========== Семь примет, часть первая ==========
…О том, что у Тартской Девы и Хромого Льва чувства, или, как говорили в Вольном Народе, «грядет возня в мехах», Бронн Черноводный знал задолго до того, как узнали они сами. И не он один. Однако Бронну всегда нравилось думать, что он — особа посвященная, своего рода, направляющая Десница сладкой парочки. Кто-то вроде мудрого надзирателя.
Или заводчика породистых домашних львят, например.
— Сир-миледи здорова, сир Бронн, — отчитывался Подрик Пейн, колупая какую-то ленту на потрепанном знамени, пущенном на тряпки для вытирания ног, — не понимаю, что вас интересует…
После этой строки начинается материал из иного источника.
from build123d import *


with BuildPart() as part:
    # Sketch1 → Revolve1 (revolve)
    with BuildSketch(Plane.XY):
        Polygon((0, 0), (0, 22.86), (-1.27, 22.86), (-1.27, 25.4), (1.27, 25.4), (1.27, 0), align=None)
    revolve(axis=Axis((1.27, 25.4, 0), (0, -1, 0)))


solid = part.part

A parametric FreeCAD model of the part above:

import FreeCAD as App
import Part
import Sketcher
from FreeCAD import Vector
Q = App.Units.Quantity


def add_polygon(sketch, points):
    """Adds a closed chain of lines whose ends are joined by coincident constraints."""
    first, n = sketch.GeometryCount, len(points)
    for a, b in zip(points, points[1:] + points[:1]):
        sketch.addGeometry(Part.LineSegment(App.Vector(*a, 0), App.Vector(*b, 0)), False)
    for i in range(n):
        sketch.addConstraint(Sketcher.Constraint("Coincident", first + i, 2, first + (i + 1) % n, 1))

doc = App.newDocument("Part")
body = doc.addObject("PartDesign::Body", "Body")

# Sketch on XY plane
sketch1 = body.newObject("Sketcher::SketchObject", "Sketch")
sketch1.AttachmentSupport = (doc.getObject("XY_Plane"), [""])
sketch1.MapMode = "FlatFace"
add_polygon(sketch1, [(0, 22.9), (0, 0), (1.3, 0), (1.3, 25.4), (-1.3, 25.4), (-1.3, 22.9)])  # lines 0-5
sketch1.addGeometry(Part.LineSegment(Vector(1.3, 25.4, 0), Vector(1.3, 0, 0)), True)  # axis
sketch1.addConstraint([
    Sketcher.Constraint("Vertical", 0),
    Sketcher.Constraint("Horizontal", 1),
    Sketcher.Constraint("Vertical", 2),
    Sketcher.Constraint("Horizontal", 3),
    Sketcher.Constraint("Vertical", 4),
    Sketcher.Constraint("Horizontal", 5),
    Sketcher.Constraint("Vertical", 6),
    Sketcher.Constraint("Coincident", 0, 2, -1, 1),
    Sketcher.Constraint("Coincident", 6, 1, 2, 2),
    Sketcher.Constraint("PointOnObject", 6, 2, -1),
    Sketcher.Constraint("Equal", 1, 5),
    Sketcher.Constraint("Equal", 3, 4),
    Sketcher.Constraint("DistanceY", 2, 1, 2, 2, Q("1 in")),
    Sketcher.Constraint("DistanceX", 3, 2, 3, 1, Q("0.1 in")),
])
revolution = body.newObject("PartDesign::Revolution", "Revolution")
revolution.Profile = sketch1
revolution.ReferenceAxis = (sketch1, ["Axis0"])
revolution.Angle = 360

doc.recompute()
— Львиные отпрыски, — буркнул Бронн, теряя терпение, — я поспорил с Марбрандом.
— Сир, но вокруг зима!
— Зима, парень, это то самое время, спроси одичалых, — Бронн мечтательно цокнул языком, вглядываясь в шатры копьеносиц, — время, когда тепло можно найти только под мехами близкого друга…
Подрик покраснел до ушей. Не далее, как накануне его леди сообщила ему милостиво, что считает другом его, юного Пейна.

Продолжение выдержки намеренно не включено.